The third essay in the COVID-19: The Bigger Picture series in partnership with Thomson Reuters Foundation, the essay and photos documents the impact of working people in the midst of the pandemic.
The impossible task of being a teacher and a parent during a pandemic is enough to break a person, and on the Sunday before the first day of school in Durham, North Carolina, it almost did.
Sitting at the white kitchen table in her split-level home in a verdant, hilly neighborhood, seventh-grade English teacher Anca Stefan’s eyes welled up with tears as she thought about the days ahead.
She spent the last two weeks scrambling to learn how to use Zoom videoconferencing, getting up to speed on the state’s online learning platform and figuring out how to translate her in-person lessons for a virtual classroom.
But she has wondered if academic rigor was really what kids need at a time when many of their lives were turned upside down.
To do her job, Stefan has turned her kitchen into her classroom and the table into her desk, against the backdrop of a sink stacked with dishes and a refrigerator covered with family photos.
Down the hall is a bedroom filled with stuffed animals, and home to a pet gerbil named Giblet, that will be the classroom for Stefan’s bubbly 8-year-old daughter Eliza, who goes by Ellie.

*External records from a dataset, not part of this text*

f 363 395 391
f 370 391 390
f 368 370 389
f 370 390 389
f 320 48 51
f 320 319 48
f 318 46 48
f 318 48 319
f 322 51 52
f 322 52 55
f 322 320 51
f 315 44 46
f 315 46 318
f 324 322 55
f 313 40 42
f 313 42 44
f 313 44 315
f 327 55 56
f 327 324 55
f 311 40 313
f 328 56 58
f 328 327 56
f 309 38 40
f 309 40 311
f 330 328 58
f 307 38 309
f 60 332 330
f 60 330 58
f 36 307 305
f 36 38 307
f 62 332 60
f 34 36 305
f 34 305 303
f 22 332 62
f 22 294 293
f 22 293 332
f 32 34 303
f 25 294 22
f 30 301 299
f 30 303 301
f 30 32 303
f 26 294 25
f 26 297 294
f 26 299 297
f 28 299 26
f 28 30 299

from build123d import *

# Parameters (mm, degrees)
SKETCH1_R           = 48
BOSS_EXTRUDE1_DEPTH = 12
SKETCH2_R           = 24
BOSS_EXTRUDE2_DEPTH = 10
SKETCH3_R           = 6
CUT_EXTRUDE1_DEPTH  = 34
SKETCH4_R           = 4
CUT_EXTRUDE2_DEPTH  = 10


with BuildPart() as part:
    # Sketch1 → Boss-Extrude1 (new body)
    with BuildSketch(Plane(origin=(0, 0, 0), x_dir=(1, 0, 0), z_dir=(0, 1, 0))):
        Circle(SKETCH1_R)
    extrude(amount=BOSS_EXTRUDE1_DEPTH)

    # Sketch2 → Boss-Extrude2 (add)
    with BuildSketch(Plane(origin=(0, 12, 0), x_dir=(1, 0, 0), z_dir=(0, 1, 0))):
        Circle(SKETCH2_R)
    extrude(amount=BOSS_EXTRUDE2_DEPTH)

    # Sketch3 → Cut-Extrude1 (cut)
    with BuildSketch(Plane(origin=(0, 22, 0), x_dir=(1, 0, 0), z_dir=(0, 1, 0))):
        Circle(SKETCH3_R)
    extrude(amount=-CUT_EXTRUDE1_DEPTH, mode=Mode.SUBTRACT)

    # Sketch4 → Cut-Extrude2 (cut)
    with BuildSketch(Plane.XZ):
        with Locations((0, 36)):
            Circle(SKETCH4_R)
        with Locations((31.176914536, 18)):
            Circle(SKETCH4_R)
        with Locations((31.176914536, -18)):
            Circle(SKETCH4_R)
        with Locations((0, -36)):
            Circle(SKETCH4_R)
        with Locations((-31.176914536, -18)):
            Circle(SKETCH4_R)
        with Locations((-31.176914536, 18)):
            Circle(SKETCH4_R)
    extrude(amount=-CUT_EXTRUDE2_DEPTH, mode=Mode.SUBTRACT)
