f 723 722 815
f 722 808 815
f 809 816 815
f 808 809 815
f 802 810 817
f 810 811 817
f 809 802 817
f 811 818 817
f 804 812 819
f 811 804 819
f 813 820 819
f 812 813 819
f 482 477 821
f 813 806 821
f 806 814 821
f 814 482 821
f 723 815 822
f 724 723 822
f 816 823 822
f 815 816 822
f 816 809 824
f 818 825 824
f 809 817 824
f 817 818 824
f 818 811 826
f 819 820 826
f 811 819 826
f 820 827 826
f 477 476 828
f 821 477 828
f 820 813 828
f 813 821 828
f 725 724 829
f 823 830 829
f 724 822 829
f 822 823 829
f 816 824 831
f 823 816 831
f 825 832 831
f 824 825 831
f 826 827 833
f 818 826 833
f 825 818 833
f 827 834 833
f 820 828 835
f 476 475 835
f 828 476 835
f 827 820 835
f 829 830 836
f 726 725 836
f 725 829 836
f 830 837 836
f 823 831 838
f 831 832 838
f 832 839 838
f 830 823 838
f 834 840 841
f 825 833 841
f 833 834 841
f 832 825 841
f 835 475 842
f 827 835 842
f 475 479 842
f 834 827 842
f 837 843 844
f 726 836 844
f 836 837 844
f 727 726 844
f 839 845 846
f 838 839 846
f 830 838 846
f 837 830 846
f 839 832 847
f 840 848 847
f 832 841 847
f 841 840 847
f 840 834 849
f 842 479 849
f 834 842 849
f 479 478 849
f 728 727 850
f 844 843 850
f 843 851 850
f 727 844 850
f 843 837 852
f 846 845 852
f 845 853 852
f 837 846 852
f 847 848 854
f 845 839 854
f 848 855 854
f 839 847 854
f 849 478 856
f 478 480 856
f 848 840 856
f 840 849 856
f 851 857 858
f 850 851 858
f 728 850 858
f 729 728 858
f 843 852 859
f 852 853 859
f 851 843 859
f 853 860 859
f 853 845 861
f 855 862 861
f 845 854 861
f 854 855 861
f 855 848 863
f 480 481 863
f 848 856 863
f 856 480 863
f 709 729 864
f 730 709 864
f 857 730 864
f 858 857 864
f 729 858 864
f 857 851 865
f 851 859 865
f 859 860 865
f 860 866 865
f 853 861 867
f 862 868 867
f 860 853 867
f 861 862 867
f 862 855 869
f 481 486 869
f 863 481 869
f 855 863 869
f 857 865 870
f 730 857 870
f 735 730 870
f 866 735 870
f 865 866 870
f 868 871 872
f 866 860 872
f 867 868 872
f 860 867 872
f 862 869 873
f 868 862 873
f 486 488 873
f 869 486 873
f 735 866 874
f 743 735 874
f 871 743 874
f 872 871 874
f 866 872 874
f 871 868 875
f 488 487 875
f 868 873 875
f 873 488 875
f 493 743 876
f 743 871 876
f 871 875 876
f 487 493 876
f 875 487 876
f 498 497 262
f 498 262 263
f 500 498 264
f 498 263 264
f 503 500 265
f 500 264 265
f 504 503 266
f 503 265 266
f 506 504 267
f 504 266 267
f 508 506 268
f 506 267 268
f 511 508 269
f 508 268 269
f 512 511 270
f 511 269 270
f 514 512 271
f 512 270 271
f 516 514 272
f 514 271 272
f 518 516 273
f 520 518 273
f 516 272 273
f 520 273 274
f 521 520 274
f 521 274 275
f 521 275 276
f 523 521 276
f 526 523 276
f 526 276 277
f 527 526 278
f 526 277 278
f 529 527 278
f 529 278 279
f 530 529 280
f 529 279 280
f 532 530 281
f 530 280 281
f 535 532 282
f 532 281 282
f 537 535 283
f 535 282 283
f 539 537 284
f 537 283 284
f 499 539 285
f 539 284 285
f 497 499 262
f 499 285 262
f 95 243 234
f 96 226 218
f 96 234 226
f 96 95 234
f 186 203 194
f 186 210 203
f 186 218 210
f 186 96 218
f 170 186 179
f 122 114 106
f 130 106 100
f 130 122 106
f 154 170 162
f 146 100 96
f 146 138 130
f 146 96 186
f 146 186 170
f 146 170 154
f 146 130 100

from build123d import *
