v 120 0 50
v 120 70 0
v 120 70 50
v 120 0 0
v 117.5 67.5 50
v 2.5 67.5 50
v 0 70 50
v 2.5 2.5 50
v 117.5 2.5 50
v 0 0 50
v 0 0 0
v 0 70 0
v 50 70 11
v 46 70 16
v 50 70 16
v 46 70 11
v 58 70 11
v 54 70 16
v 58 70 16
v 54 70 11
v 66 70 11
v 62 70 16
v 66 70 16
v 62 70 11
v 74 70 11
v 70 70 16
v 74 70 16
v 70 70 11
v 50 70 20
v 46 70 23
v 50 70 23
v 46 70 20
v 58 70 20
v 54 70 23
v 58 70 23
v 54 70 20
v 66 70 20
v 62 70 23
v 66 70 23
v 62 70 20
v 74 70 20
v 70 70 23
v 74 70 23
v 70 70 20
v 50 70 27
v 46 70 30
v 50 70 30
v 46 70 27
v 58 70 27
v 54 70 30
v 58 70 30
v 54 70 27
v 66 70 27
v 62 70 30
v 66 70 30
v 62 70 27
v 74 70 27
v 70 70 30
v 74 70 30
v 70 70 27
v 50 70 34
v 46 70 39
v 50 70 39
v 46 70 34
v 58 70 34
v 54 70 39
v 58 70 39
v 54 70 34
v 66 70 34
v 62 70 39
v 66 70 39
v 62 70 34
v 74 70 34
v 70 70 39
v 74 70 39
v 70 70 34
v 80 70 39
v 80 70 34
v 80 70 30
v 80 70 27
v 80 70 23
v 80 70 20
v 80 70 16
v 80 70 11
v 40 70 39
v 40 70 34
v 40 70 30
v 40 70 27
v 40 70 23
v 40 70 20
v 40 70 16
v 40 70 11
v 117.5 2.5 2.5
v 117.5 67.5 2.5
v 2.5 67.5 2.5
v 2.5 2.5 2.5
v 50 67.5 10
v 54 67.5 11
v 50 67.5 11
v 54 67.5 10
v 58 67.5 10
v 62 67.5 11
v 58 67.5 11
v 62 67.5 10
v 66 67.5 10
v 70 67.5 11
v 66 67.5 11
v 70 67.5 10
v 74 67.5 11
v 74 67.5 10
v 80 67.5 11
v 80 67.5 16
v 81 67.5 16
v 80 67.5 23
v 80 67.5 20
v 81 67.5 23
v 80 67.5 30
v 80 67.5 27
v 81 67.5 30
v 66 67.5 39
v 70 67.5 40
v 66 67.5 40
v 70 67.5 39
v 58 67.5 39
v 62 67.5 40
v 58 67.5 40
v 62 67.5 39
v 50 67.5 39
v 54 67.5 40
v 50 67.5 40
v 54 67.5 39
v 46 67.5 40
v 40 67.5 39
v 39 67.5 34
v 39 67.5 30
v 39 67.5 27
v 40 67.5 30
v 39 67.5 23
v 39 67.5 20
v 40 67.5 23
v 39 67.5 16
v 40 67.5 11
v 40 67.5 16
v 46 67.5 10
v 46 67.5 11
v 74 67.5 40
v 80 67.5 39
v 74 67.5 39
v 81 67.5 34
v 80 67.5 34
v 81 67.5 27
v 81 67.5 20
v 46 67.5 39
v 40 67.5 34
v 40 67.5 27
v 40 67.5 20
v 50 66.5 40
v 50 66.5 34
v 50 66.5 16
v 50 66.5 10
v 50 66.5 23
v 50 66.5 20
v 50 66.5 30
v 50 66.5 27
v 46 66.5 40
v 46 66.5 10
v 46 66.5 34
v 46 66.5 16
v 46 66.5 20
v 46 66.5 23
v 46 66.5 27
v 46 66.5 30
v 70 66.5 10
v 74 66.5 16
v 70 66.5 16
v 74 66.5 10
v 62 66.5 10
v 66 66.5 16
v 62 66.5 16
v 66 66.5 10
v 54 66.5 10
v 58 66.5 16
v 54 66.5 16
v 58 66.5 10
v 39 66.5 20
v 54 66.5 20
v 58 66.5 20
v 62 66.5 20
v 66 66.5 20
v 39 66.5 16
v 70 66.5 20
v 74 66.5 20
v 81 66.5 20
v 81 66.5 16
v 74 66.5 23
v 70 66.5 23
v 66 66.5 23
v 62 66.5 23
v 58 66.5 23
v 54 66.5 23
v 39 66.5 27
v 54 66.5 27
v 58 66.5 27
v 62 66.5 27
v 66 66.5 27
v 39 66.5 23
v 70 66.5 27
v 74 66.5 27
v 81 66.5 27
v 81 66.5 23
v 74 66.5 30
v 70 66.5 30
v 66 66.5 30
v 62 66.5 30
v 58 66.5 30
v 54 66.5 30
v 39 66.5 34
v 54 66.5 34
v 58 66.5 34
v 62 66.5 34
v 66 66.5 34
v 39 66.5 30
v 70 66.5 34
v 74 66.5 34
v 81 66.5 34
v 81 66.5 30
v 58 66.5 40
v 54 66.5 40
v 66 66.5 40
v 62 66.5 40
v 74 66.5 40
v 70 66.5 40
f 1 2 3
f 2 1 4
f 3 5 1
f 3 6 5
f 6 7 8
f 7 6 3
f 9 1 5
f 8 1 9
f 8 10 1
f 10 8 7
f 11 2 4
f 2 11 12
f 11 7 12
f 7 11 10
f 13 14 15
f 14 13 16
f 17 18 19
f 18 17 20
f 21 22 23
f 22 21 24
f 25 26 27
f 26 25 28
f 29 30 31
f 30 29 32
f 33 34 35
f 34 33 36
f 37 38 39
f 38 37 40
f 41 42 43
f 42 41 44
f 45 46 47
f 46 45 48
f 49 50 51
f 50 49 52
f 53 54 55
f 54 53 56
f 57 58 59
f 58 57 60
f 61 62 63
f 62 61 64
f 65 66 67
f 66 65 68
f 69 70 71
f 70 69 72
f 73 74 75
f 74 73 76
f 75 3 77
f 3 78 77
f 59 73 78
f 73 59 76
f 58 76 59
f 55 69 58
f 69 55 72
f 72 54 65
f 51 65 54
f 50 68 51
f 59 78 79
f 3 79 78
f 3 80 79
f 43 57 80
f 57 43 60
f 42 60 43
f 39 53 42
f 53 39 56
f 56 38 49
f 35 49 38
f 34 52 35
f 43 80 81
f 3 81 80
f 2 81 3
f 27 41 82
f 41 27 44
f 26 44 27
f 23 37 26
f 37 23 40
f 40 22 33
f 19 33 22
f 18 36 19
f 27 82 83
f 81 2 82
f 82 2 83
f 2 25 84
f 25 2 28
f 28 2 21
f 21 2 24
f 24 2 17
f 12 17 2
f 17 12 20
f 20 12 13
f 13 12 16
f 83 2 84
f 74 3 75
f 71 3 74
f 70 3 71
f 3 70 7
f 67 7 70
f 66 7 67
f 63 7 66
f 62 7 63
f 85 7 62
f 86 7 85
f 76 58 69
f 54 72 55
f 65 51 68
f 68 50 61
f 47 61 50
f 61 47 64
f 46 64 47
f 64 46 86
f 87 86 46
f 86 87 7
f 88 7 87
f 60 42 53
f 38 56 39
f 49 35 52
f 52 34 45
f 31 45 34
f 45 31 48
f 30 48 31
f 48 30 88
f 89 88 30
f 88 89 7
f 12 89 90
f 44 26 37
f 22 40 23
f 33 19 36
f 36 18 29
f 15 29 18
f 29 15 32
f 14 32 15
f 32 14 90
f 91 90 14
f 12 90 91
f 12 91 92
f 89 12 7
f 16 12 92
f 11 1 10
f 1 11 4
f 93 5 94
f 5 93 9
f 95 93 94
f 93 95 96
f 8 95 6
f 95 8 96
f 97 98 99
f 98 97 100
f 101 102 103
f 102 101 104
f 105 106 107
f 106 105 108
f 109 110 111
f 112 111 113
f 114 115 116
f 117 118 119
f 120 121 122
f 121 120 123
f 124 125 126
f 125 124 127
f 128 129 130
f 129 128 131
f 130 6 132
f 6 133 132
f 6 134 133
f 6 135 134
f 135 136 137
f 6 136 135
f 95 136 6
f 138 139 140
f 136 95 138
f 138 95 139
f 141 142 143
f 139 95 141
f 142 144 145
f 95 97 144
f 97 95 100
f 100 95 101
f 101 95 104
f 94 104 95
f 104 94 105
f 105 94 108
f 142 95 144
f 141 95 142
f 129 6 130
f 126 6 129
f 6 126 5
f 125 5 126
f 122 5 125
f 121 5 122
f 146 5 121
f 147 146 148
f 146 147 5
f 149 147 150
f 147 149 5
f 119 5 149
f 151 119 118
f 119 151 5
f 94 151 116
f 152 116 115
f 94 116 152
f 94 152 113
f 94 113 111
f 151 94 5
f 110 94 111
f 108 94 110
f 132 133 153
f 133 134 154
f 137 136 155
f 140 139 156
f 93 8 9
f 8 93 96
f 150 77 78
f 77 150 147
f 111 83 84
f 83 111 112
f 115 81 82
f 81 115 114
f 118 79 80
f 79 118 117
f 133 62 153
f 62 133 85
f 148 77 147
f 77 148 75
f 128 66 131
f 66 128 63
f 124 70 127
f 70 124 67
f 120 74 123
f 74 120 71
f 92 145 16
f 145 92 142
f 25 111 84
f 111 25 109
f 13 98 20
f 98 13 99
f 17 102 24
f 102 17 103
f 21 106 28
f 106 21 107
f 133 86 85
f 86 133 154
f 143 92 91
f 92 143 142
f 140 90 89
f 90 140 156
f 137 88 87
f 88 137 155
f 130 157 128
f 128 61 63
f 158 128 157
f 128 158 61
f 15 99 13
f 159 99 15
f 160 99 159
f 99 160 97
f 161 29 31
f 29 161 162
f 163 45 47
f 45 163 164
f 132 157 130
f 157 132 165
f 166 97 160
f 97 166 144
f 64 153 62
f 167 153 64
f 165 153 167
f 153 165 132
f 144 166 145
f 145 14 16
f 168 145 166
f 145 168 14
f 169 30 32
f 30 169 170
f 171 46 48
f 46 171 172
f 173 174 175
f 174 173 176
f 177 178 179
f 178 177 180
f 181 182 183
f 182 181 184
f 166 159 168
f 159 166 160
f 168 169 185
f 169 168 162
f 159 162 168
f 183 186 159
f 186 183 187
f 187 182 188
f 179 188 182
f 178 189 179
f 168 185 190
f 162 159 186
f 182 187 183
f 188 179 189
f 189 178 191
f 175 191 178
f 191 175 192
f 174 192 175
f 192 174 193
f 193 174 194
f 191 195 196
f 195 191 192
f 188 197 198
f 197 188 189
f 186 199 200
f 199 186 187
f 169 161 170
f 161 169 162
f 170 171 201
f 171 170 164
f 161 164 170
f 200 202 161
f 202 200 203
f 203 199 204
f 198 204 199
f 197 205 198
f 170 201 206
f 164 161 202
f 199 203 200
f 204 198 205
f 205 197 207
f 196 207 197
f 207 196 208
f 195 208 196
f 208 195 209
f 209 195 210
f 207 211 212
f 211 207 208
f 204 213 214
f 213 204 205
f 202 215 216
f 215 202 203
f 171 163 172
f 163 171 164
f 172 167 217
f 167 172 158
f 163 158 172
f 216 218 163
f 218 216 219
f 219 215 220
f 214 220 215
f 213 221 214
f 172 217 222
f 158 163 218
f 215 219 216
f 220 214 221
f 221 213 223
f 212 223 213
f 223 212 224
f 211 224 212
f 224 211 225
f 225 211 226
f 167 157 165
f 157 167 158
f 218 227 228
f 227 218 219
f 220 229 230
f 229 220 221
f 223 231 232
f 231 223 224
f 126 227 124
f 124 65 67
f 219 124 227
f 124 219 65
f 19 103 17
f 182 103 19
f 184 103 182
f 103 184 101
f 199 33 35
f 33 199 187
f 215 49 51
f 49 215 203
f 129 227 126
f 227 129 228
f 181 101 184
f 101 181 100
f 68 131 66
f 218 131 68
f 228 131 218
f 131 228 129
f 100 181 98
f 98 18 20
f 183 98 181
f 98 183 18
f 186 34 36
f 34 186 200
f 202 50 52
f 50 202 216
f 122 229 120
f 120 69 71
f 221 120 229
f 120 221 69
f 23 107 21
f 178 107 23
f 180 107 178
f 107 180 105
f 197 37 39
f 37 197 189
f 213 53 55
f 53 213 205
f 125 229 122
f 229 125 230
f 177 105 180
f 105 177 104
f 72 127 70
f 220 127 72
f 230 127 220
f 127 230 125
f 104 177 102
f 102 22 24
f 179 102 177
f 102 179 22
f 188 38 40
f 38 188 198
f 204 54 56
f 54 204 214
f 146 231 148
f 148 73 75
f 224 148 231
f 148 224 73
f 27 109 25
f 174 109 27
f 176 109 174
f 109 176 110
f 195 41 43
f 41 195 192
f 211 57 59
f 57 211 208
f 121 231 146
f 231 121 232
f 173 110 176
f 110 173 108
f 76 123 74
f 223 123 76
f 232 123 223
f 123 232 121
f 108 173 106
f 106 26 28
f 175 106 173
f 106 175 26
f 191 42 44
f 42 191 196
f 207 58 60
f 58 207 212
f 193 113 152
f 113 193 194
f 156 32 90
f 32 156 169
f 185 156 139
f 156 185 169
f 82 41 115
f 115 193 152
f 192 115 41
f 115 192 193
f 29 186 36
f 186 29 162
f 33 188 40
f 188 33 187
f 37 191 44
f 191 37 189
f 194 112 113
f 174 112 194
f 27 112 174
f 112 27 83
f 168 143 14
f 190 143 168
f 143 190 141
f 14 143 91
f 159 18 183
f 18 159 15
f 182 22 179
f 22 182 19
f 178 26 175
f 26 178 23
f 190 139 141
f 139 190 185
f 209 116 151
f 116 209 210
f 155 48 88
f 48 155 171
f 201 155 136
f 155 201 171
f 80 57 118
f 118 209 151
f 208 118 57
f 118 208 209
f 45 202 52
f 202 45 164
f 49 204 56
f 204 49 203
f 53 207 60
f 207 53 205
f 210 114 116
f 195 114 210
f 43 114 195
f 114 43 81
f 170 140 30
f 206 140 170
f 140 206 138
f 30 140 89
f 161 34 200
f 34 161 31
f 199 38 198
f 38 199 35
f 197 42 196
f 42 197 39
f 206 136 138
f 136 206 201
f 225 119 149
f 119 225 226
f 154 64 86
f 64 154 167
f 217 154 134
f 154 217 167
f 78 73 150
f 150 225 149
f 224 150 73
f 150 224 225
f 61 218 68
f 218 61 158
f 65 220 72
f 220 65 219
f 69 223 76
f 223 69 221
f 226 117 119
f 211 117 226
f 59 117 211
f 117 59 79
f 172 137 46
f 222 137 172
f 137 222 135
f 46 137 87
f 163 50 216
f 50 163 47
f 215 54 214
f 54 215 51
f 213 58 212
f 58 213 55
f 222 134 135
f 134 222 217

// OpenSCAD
$fn = 32;

// ----------------------------------------------------------------------
// Vent box: crossgrid enclosure
// ----------------------------------------------------------------------

// --- parameters (mm) ---
box_l = 120;              // box length, X
box_w = 70;               // box width, Y
box_h = 50;               // box height, Z
wall_t = 2.5;             // shell wall thickness
win_l = 40;               // vent window width, X
win_h = 28;               // vent window height, Z
bar_w = 4;                // grid bar width
n_v = 4;                  // vertical bar count
n_h = 3;                  // horizontal bar count
fit_tol = 0.05;           // tolerance for press fits, mm
free_tol = 0.3;           // tolerance for clearance fits, mm

win_z0 = (box_h - win_h) / 2;  // window lower edge Z
v_step = win_l / (n_v + 1);  // vertical bar step
h_step = win_h / (n_h + 1);  // horizontal bar step

difference() {
  union() {
    difference() {
      cube([box_l, box_w, box_h]);
  translate([wall_t, wall_t, wall_t])
    cube([box_l - 2 * wall_t, box_w - 2 * wall_t, box_h]);
  translate([(box_l - win_l) / 2, box_w - wall_t - 1, win_z0])
    cube([win_l, wall_t + 2, win_h]);
    }
    for (i = [1 : n_v])
      translate([(box_l - win_l) / 2 + i * v_step - bar_w / 2,
                 box_w - wall_t - 1, win_z0 - 1])
        cube([bar_w, wall_t + 1, win_h + 2]);
    for (i = [1 : n_h])
      translate([(box_l - win_l) / 2 - 1, box_w - wall_t - 1,
                 win_z0 + i * h_step - bar_w / 2])
        cube([win_l + 2, wall_t + 1, bar_w]);
  }
}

The bedroom, which will be used for remote learning at least for the first nine weeks of the school year, has been readied with a squat wooden table for a desk, a black Google Chromebook and a cup full of colored markers.
While some parents might be able to help their children find their way through this new and unusual school year, Stefan will be busy with her 110 students.
Read the rest of the essay here.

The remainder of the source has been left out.